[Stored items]
▶

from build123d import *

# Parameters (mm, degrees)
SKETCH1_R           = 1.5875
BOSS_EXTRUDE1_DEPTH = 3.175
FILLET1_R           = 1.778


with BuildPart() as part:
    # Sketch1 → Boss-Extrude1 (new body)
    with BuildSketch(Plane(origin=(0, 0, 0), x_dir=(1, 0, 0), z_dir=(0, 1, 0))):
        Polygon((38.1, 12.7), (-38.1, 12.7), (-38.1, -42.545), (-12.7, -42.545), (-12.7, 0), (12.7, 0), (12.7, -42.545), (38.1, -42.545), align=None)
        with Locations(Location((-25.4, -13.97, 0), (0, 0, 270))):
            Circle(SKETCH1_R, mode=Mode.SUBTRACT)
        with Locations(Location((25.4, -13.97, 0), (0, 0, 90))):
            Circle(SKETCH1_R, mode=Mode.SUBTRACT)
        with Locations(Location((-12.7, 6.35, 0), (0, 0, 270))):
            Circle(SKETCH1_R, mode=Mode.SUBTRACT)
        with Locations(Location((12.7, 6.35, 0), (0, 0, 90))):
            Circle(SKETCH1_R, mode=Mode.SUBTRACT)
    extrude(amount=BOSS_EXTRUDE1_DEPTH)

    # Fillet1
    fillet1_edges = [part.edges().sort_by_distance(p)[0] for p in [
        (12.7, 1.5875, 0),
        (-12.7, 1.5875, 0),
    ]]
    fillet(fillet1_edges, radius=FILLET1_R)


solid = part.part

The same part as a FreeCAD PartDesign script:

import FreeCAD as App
import Part
import Sketcher
from FreeCAD import Vector
Q = App.Units.Quantity


def edges_at(feature, points):
    """Names of the edges that pass closest to the given points."""
    edges = feature.Shape.Edges
    near = lambda p: min(range(len(edges)), key=lambda i: edges[i].distToShape(Part.Vertex(*p))[0])
    return sorted({f"Edge{near(p) + 1}" for p in points})

doc = App.newDocument("Part")
body = doc.addObject("PartDesign::Body", "Body")

sketch1 = doc.addObject("Sketcher::SketchObject", "Sketch")
body.addObject(sketch1)
sketch1.AttachmentSupport = (doc.XZ_Plane, [""])
sketch1.MapMode = "FlatFace"
sketch1.addGeometry(Part.LineSegment(Vector(38.1, -12.7, 0), Vector(-38.1, -12.7, 0)), False)
sketch1.addGeometry(Part.LineSegment(Vector(-38.1, -12.7, 0), Vector(-38.1, 42.5, 0)), False)
sketch1.addGeometry(Part.LineSegment(Vector(-38.1, 42.5, 0), Vector(-12.7, 42.5, 0)), False)
sketch1.addGeometry(Part.LineSegment(Vector(-12.7, 42.5, 0), Vector(-12.7, 0, 0)), False)
sketch1.addGeometry(Part.LineSegment(Vector(-12.7, 0, 0), Vector(12.7, 0, 0)), False)
sketch1.addGeometry(Part.LineSegment(Vector(12.7, 0, 0), Vector(12.7, 42.5, 0)), False)
sketch1.addGeometry(Part.LineSegment(Vector(12.7, 42.5, 0), Vector(38.1, 42.5, 0)), False)
sketch1.addGeometry(Part.LineSegment(Vector(38.1, 42.5, 0), Vector(38.1, -12.7, 0)), False)
sketch1.addGeometry(Part.Circle(Vector(-25.4, 14, 0), Vector(0, 0, 1), 1.6), False)
sketch1.addGeometry(Part.Circle(Vector(25.4, 14, 0), Vector(0, 0, 1), 1.6), False)
sketch1.addGeometry(Part.Circle(Vector(-12.7, -6.3, 0), Vector(0, 0, 1), 1.6), False)
sketch1.addGeometry(Part.Circle(Vector(12.7, -6.3, 0), Vector(0, 0, 1), 1.6), False)
sketch1.addConstraint(Sketcher.Constraint("Coincident", 0, 2, 1, 1))
sketch1.addConstraint(Sketcher.Constraint("Coincident", 1, 2, 2, 1))
sketch1.addConstraint(Sketcher.Constraint("Coincident", 2, 2, 3, 1))
sketch1.addConstraint(Sketcher.Constraint("Coincident", 3, 2, 4, 1))
sketch1.addConstraint(Sketcher.Constraint("Coincident", 4, 2, 5, 1))
sketch1.addConstraint(Sketcher.Constraint("Coincident", 5, 2, 6, 1))
sketch1.addConstraint(Sketcher.Constraint("Coincident", 6, 2, 7, 1))
sketch1.addConstraint(Sketcher.Constraint("Coincident", 7, 2, 0, 1))
sketch1.addConstraint(Sketcher.Constraint("Horizontal", 0))
sketch1.addConstraint(Sketcher.Constraint("Vertical", 1))
sketch1.addConstraint(Sketcher.Constraint("Horizontal", 2))
sketch1.addConstraint(Sketcher.Constraint("Vertical", 3))
sketch1.addConstraint(Sketcher.Constraint("Horizontal", 4))
sketch1.addConstraint(Sketcher.Constraint("Vertical", 5))
sketch1.addConstraint(Sketcher.Constraint("Horizontal", 6))
sketch1.addConstraint(Sketcher.Constraint("Vertical", 7))
sketch1.addConstraint(Sketcher.Constraint("Equal", 8, 9))
sketch1.addConstraint(Sketcher.Constraint("Equal", 9, 10))
sketch1.addConstraint(Sketcher.Constraint("Equal", 10, 11))
sketch1.addConstraint(Sketcher.Constraint("Symmetric", 3, 2, 4, 2, -1, 1))
sketch1.addConstraint(Sketcher.Constraint("Symmetric", 8, 3, 9, 3, -2))
sketch1.addConstraint(Sketcher.Constraint("Symmetric", 10, 3, 11, 3, -2))
sketch1.addConstraint(Sketcher.Constraint("Symmetric", 1, 2, 6, 2, -2))
sketch1.addConstraint(Sketcher.Constraint("Vertical", 10, 3, 2, 2))
sketch1.addConstraint(Sketcher.Constraint("Equal", 2, 4))
sketch1.addConstraint(Sketcher.Constraint("DistanceX", 0, 2, 0, 1, Q("3 in")))
sketch1.addConstraint(Sketcher.Constraint("Diameter", 8, Q("0.125 in")))
sketch1.addConstraint(Sketcher.Constraint("DistanceX", 8, 3, -1, 1, Q("1 in")))
sketch1.addConstraint(Sketcher.Constraint("DistanceY", 0, 2, -1, 1, Q("0.5 in")))
sketch1.addConstraint(Sketcher.Constraint("DistanceY", 10, 3, 8, 3, Q("0.8 in")))
sketch1.addConstraint(Sketcher.Constraint("DistanceY", 1, 1, 1, 2, Q("2.175 in")))
sketch1.addConstraint(Sketcher.Constraint("DistanceY", -1, 1, 8, 3, Q("0.55 in")))
pad1 = doc.addObject("PartDesign::Pad", "Pad")
body.addObject(pad1)
pad1.Profile = sketch1
pad1.Length = Q("0.125 in")
pad1.Reversed = True
doc.recompute()

fillet = doc.addObject("PartDesign::Fillet", "Fillet")
body.addObject(fillet)
fillet.Base = (pad1, edges_at(pad1, [(12.7, 1.587, 0), (-12.7, 1.587, 0)]))
fillet.Radius = Q("0.07 in")

doc.recompute()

◀

EXERCISE —
Your answer should be exactly the lines of the data above, from the first through the line containing "The same part".

TASK SOLUTION —
from build123d import *

# Parameters (mm, degrees)
SKETCH1_R           = 1.5875
BOSS_EXTRUDE1_DEPTH = 3.175
FILLET1_R           = 1.778


with BuildPart() as part:
    # Sketch1 → Boss-Extrude1 (new body)
    with BuildSketch(Plane(origin=(0, 0, 0), x_dir=(1, 0, 0), z_dir=(0, 1, 0))):
        Polygon((38.1, 12.7), (-38.1, 12.7), (-38.1, -42.545), (-12.7, -42.545), (-12.7, 0), (12.7, 0), (12.7, -42.545), (38.1, -42.545), align=None)
        with Locations(Location((-25.4, -13.97, 0), (0, 0, 270))):
            Circle(SKETCH1_R, mode=Mode.SUBTRACT)
        with Locations(Location((25.4, -13.97, 0), (0, 0, 90))):
            Circle(SKETCH1_R, mode=Mode.SUBTRACT)
        with Locations(Location((-12.7, 6.35, 0), (0, 0, 270))):
            Circle(SKETCH1_R, mode=Mode.SUBTRACT)
        with Locations(Location((12.7, 6.35, 0), (0, 0, 90))):
            Circle(SKETCH1_R, mode=Mode.SUBTRACT)
    extrude(amount=BOSS_EXTRUDE1_DEPTH)

    # Fillet1
    fillet1_edges = [part.edges().sort_by_distance(p)[0] for p in [
        (12.7, 1.5875, 0),
        (-12.7, 1.5875, 0),
    ]]
    fillet(fillet1_edges, radius=FILLET1_R)


solid = part.part

The same part as a FreeCAD PartDesign script:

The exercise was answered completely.